Stored data
• • • •
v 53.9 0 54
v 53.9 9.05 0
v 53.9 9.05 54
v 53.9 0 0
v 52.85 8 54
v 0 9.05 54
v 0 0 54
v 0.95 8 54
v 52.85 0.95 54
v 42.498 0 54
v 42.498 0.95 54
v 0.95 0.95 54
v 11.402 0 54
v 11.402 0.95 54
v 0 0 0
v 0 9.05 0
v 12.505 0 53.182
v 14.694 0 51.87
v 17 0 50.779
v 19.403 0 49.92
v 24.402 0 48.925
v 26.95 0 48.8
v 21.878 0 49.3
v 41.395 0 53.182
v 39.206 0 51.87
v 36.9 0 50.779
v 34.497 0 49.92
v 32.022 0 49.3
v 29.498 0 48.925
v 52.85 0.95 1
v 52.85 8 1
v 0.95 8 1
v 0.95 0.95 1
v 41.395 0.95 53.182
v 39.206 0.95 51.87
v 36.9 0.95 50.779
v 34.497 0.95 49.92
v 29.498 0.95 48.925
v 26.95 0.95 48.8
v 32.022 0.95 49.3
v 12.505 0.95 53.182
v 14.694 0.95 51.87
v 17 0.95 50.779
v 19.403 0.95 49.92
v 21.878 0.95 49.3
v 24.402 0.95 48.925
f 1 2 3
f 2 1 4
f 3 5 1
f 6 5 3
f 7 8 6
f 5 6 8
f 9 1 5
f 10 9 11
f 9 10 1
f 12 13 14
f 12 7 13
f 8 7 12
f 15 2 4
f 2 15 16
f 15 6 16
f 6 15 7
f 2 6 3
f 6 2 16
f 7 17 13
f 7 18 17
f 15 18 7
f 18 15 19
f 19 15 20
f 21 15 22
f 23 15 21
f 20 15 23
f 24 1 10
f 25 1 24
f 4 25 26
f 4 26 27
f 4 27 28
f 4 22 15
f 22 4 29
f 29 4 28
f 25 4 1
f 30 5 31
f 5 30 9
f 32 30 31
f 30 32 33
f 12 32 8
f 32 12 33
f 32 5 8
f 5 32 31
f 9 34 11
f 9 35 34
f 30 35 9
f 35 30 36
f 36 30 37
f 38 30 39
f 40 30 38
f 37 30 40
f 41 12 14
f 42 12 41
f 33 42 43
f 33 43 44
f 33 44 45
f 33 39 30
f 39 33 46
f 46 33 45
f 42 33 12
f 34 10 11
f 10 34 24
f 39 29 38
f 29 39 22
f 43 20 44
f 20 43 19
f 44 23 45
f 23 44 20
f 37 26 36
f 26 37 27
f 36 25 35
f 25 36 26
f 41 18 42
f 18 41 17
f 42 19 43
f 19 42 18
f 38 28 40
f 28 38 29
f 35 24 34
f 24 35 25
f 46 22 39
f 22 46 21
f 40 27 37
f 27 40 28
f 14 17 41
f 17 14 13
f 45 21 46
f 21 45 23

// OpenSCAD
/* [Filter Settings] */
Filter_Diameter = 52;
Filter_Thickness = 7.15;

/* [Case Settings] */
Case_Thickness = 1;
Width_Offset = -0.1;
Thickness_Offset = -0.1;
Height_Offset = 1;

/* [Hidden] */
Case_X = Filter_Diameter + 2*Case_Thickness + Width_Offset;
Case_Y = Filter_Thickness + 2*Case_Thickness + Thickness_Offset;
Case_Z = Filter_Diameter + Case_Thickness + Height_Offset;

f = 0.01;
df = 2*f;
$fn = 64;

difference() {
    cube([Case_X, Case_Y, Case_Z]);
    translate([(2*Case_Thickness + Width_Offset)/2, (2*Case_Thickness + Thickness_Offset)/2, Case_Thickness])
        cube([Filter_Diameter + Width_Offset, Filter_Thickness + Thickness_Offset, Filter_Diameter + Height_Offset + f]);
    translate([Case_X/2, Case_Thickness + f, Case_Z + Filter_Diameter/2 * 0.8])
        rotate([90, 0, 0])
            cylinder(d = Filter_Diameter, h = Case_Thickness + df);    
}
• • • •
WHAT IS REQUIRED:
Your reply should match the data above exactly, line for line.

ANSWER TO THIS EXERCISE:
v 53.9 0 54
v 53.9 9.05 0
v 53.9 9.05 54
v 53.9 0 0
v 52.85 8 54
v 0 9.05 54
v 0 0 54
v 0.95 8 54
v 52.85 0.95 54
v 42.498 0 54
v 42.498 0.95 54
v 0.95 0.95 54
v 11.402 0 54
v 11.402 0.95 54
v 0 0 0
v 0 9.05 0
v 12.505 0 53.182
v 14.694 0 51.87
v 17 0 50.779
v 19.403 0 49.92
v 24.402 0 48.925
v 26.95 0 48.8
v 21.878 0 49.3
v 41.395 0 53.182
v 39.206 0 51.87
v 36.9 0 50.779
v 34.497 0 49.92
v 32.022 0 49.3
v 29.498 0 48.925
v 52.85 0.95 1
v 52.85 8 1
v 0.95 8 1
v 0.95 0.95 1
v 41.395 0.95 53.182
v 39.206 0.95 51.87
v 36.9 0.95 50.779
v 34.497 0.95 49.92
v 29.498 0.95 48.925
v 26.95 0.95 48.8
v 32.022 0.95 49.3
v 12.505 0.95 53.182
v 14.694 0.95 51.87
v 17 0.95 50.779
v 19.403 0.95 49.92
v 21.878 0.95 49.3
v 24.402 0.95 48.925
f 1 2 3
f 2 1 4
f 3 5 1
f 6 5 3
f 7 8 6
f 5 6 8
f 9 1 5
f 10 9 11
f 9 10 1
f 12 13 14
f 12 7 13
f 8 7 12
f 15 2 4
f 2 15 16
f 15 6 16
f 6 15 7
f 2 6 3
f 6 2 16
f 7 17 13
f 7 18 17
f 15 18 7
f 18 15 19
f 19 15 20
f 21 15 22
f 23 15 21
f 20 15 23
f 24 1 10
f 25 1 24
f 4 25 26
f 4 26 27
f 4 27 28
f 4 22 15
f 22 4 29
f 29 4 28
f 25 4 1
f 30 5 31
f 5 30 9
f 32 30 31
f 30 32 33
f 12 32 8
f 32 12 33
f 32 5 8
f 5 32 31
f 9 34 11
f 9 35 34
f 30 35 9
f 35 30 36
f 36 30 37
f 38 30 39
f 40 30 38
f 37 30 40
f 41 12 14
f 42 12 41
f 33 42 43
f 33 43 44
f 33 44 45
f 33 39 30
f 39 33 46
f 46 33 45
f 42 33 12
f 34 10 11
f 10 34 24
f 39 29 38
f 29 39 22
f 43 20 44
f 20 43 19
f 44 23 45
f 23 44 20
f 37 26 36
f 26 37 27
f 36 25 35
f 25 36 26
f 41 18 42
f 18 41 17
f 42 19 43
f 19 42 18
f 38 28 40
f 28 38 29
f 35 24 34
f 24 35 25
f 46 22 39
f 22 46 21
f 40 27 37
f 27 40 28
f 14 17 41
f 17 14 13
f 45 21 46
f 21 45 23

// OpenSCAD
/* [Filter Settings] */
Filter_Diameter = 52;
Filter_Thickness = 7.15;

/* [Case Settings] */
Case_Thickness = 1;
Width_Offset = -0.1;
Thickness_Offset = -0.1;
Height_Offset = 1;

/* [Hidden] */
Case_X = Filter_Diameter + 2*Case_Thickness + Width_Offset;
Case_Y = Filter_Thickness + 2*Case_Thickness + Thickness_Offset;
Case_Z = Filter_Diameter + Case_Thickness + Height_Offset;

f = 0.01;
df = 2*f;
$fn = 64;

difference() {
    cube([Case_X, Case_Y, Case_Z]);
    translate([(2*Case_Thickness + Width_Offset)/2, (2*Case_Thickness + Thickness_Offset)/2, Case_Thickness])
        cube([Filter_Diameter + Width_Offset, Filter_Thickness + Thickness_Offset, Filter_Diameter + Height_Offset + f]);
    translate([Case_X/2, Case_Thickness + f, Case_Z + Filter_Diameter/2 * 0.8])
        rotate([90, 0, 0])
            cylinder(d = Filter_Diameter, h = Case_Thickness + df);    
}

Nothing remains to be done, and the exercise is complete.